I've never met Donna Brazile. She certainly doesn't know me or what motivates me. Maybe our paths will cross one day, and I'll get to ask her why she chose to single out General Powell and me for what I've come to affectionately call the "full Donna." But knowing her penchant for headline-making remarks (it was an off-hand comment that got her fired as Michael Dukakis's political director in 1988), I found her intemperate comments hardly a surprise.
Ms. Brazile is typical of many black leaders and political operatives today who simply can't accept the notion that there are independent-minded African American men and women who disagree with them, who have rejected their liberal philosophy and approach to problem solving. For them, group identity is more important than individual principles because for them, maintaining the group identity assures the continuation of their power.
Like any group that has endured much, African Americans have created a strong and mutually reinforcing sense of group identity. That's not a bad thing in and of itself. Once the exhilaration of emancipation had worn off after the Civil War and the reality of being free but black in America had sunk in, that group identity comforted, protected, and encouraged us as a people to move forward in spite of the barriers put before our progress. That group identity gave us new strength and courage during the civil rights movement of the 1960s that ended the reign of Jim Crow and began a new era of black educational and economic upward mobility.

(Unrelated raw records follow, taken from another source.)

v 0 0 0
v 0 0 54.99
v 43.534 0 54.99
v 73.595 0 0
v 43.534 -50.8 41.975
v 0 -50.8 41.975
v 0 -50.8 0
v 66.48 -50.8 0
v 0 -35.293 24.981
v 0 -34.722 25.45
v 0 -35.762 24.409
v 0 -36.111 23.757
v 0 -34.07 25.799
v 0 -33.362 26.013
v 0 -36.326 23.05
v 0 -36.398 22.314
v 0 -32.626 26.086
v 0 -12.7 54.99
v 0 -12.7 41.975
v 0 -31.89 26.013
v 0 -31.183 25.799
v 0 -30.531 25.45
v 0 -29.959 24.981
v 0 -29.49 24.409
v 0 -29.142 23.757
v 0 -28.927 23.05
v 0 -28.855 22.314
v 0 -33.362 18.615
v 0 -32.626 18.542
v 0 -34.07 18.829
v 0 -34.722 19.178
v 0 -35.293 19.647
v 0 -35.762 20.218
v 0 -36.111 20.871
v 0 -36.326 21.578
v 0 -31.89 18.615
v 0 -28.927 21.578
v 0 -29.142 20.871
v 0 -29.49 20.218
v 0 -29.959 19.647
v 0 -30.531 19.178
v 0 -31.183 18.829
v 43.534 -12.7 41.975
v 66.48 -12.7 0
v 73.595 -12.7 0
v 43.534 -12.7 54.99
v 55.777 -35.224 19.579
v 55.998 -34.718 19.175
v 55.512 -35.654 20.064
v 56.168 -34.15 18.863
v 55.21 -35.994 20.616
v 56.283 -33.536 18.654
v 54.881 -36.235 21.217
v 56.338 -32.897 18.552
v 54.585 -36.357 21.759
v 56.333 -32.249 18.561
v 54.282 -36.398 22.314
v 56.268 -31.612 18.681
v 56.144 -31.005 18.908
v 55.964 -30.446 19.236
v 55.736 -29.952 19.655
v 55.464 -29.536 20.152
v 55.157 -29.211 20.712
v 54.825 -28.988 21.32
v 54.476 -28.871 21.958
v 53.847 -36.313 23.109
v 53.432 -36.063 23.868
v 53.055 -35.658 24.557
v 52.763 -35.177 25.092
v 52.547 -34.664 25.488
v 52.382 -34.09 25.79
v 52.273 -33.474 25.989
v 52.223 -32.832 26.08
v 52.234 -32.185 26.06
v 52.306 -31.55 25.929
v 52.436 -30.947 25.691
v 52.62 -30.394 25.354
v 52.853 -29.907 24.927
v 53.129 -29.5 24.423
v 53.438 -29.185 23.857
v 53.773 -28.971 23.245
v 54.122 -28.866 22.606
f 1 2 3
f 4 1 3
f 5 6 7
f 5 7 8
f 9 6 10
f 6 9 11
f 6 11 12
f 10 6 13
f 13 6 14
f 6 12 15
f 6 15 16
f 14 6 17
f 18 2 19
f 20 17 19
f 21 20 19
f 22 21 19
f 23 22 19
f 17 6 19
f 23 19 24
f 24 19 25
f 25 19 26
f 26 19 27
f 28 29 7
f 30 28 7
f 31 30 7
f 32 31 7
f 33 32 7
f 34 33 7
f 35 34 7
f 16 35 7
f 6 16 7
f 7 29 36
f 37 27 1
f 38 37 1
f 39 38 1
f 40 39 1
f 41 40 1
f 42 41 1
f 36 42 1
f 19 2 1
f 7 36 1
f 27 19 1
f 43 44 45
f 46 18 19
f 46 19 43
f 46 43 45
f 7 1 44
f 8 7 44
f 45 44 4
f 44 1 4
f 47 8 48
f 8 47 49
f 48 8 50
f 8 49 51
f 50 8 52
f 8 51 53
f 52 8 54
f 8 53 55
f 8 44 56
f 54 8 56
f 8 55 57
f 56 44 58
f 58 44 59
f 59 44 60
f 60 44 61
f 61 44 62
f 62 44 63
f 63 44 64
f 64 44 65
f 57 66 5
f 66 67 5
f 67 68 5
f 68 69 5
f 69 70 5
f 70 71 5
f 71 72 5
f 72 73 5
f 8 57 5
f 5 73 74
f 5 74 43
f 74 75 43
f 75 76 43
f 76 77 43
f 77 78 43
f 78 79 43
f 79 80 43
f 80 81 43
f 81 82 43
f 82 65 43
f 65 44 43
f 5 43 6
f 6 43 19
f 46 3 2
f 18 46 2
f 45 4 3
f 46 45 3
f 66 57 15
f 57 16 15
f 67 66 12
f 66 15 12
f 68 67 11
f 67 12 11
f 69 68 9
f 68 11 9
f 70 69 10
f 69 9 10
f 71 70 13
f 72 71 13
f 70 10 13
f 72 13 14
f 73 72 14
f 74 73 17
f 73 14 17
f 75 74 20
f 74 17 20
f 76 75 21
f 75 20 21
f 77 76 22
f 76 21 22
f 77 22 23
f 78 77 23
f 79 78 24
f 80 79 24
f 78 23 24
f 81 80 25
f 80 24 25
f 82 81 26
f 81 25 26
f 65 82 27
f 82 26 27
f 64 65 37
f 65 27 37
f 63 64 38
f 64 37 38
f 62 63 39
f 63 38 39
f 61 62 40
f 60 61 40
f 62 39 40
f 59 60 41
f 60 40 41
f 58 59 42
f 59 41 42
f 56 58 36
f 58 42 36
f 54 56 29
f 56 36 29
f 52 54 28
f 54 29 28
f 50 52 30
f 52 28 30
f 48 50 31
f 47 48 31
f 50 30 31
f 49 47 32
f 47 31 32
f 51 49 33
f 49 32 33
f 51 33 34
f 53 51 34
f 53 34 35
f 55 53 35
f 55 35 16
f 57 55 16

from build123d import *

# Parameters (mm, degrees)
F1_DEPTH = 50.8
F2_DEPTH = 12.7
F3_R     = 3.771706
F4_DEPTH = 127


with BuildPart() as f1:
    # F0 (on Front) → F1 (new body)
    with BuildSketch(Plane.XZ):
        Polygon((43.533504, 41.975465), (0, 41.975465), (0, 0), (66.480095, 0), align=None)
    extrude(amount=F1_DEPTH)

    # F0 (on Front) → F2 (join)
    with BuildSketch(Plane.XZ):
        Polygon((43.533504, 54.989692), (0, 54.989692), (0, 41.975465), (43.533504, 41.975465), (66.480095, 0), (73.59454, 0), align=None)
    extrude(amount=F2_DEPTH)

    # F3 (on face) → F4 (cut, symmetric)
    with BuildSketch(Plane(origin=(0, 0, 0), x_dir=(0, -1, 0), z_dir=(-1, 0, 0))):
        with Locations((32.626301, 22.3139)):
            Circle(F3_R)
    extrude(amount=F4_DEPTH, both=True, mode=Mode.SUBTRACT)


solid = f1.part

Sometimes, though, this group identity can limit us more than it protects us. Just as the Irish, the Italians, and the Jews still take pride in their roots, African Americans today should be proud of their heritage and never forget the difficult path our people have been forced to walk. But when the group identity becomes more important than the individual, it can blind us to valuable viewpoints, options, and opportunities. I embrace my blackness, just as I do my conservatism and my Christianity, but I don't want to be defined or pigeonholed by any one of the many elements that make up my character.
That refusal to be stereotyped and cast into certain beliefs and behaviors is what gets people of color who take another path, particularly a conservative path, into a heap of trouble. It doesn't matter whether it is Colin Powell or Condoleezza Rice, Shelby Steele, Thomas Sowell, Clarence Thomas, or yours truly — we have all been labeled expedients, Uncle Toms, oreos, sell-outs, traitors to our race, and other equally uncomplimentary characterizations.

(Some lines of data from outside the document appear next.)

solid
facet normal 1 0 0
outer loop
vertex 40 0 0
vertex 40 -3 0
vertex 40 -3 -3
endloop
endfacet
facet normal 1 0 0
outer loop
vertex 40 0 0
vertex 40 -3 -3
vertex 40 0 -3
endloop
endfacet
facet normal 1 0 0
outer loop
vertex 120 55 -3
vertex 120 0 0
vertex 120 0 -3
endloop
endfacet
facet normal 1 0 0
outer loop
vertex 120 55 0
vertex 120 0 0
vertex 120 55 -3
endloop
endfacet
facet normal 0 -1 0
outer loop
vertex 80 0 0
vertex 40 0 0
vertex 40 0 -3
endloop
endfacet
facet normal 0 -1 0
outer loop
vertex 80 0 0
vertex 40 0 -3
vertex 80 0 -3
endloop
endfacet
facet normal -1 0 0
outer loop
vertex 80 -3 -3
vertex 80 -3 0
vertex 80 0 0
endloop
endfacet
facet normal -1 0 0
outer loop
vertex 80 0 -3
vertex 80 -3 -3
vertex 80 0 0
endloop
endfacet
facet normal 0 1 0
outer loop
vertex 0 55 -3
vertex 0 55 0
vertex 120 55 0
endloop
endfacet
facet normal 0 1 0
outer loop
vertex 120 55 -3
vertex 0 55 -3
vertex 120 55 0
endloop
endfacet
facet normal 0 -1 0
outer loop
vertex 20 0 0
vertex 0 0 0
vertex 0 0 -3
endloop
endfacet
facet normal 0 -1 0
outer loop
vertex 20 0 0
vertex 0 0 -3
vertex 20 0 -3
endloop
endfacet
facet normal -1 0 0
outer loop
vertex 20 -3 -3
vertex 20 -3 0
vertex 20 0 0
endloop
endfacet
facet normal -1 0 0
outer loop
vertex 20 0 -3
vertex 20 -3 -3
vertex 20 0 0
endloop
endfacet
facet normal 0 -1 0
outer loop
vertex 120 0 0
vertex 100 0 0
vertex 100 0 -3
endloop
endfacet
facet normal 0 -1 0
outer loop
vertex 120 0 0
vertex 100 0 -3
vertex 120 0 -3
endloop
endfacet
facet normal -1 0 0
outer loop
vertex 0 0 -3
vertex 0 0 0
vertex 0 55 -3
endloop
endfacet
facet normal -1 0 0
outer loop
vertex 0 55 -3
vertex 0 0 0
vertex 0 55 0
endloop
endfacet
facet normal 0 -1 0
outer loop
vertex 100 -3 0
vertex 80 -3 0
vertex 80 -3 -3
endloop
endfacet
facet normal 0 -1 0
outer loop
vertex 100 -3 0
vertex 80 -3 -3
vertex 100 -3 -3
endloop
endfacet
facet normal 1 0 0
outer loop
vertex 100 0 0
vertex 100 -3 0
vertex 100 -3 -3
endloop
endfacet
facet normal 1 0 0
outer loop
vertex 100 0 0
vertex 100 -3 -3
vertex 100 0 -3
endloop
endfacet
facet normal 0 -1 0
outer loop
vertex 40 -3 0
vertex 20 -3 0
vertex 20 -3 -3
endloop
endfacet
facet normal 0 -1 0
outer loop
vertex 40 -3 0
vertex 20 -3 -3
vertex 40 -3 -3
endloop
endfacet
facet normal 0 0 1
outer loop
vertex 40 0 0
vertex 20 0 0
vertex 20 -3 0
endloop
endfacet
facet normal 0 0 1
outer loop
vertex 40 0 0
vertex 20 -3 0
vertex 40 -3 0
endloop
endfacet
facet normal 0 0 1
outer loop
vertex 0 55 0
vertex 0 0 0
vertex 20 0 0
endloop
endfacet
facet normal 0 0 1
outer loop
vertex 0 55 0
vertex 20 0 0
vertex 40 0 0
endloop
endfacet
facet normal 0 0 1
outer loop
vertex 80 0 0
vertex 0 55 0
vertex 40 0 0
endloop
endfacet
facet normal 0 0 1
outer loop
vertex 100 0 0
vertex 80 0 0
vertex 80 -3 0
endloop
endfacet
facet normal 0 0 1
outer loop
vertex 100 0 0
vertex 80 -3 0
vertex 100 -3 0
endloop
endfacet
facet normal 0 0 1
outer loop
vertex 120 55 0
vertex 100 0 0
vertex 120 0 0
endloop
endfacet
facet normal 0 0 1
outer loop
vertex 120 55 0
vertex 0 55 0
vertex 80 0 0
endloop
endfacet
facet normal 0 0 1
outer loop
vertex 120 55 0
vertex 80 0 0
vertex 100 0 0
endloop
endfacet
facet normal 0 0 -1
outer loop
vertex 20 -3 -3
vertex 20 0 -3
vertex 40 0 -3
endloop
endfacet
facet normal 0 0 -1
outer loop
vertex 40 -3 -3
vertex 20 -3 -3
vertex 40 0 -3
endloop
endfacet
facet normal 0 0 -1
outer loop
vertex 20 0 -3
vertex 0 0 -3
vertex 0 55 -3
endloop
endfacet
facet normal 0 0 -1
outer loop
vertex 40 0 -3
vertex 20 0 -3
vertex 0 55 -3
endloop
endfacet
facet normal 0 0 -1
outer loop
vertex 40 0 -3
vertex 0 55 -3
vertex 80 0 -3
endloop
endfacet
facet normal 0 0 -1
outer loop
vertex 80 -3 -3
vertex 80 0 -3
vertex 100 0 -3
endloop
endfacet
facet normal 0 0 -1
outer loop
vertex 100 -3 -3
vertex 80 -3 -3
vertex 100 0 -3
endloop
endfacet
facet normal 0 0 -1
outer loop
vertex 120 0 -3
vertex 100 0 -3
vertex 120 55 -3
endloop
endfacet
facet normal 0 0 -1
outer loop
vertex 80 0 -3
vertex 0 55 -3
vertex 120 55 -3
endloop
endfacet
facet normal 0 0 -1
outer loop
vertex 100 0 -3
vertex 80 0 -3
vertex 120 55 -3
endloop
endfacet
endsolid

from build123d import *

# Parameters (mm, degrees)
SKETCH1_W           = 120
SKETCH1_H           = 55
BOSS_EXTRUDE1_DEPTH = 3
SKETCH2_W           = 20
SKETCH2_H           = 3
BOSS_EXTRUDE2_DEPTH = 3


with BuildPart() as part:
    # Sketch1 → Boss-Extrude1 (new body)
    with BuildSketch(Plane.XY):
        with Locations((60, 27.5)):
            Rectangle(SKETCH1_W, SKETCH1_H)
    extrude(amount=-BOSS_EXTRUDE1_DEPTH)

    # Sketch2 → Boss-Extrude2 (add)
    with BuildSketch(Plane.XY):
        with Locations((30, -1.5)):
            Rectangle(SKETCH2_W, SKETCH2_H)
        with Locations((90, -1.5)):
            Rectangle(SKETCH2_W, SKETCH2_H)
    extrude(amount=-BOSS_EXTRUDE2_DEPTH)


solid = part.part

Most of all, however, critics of black conservatives say we've forgotten where we came from. I may forget a federal budget number or, God forbid, to set the alarm clock for my weekly 6 a.m. flight to Washington, but I know exactly where I came from. I know because every decision I make every day is based on the values and lessons I learned growing up on the poor side of the tracks in a dusty little Oklahoma town that most people have never heard of and nobody can spell right the first time.
I like to call the ethos I grew up with "Oklahoma values." But you'd be just as accurate if you said "American values." Except for our lack of a seacoast, Oklahoma has a little bit of just about everything that's American. We call the southeastern corner "Little Dixie" because it touches Arkansas and almost reaches Louisiana. The northern part of the state has a shared border with Missouri and Kansas. The northwestern section is a gateway to Colorado and New Mexico. And, of course, our entire southern boundary defines the northern edge of Texas. We're southern, and we're western, and Great Plains, too. Every weekend when I fly home from Washington, I never get tired of seeing the beauty and bounty of my home state.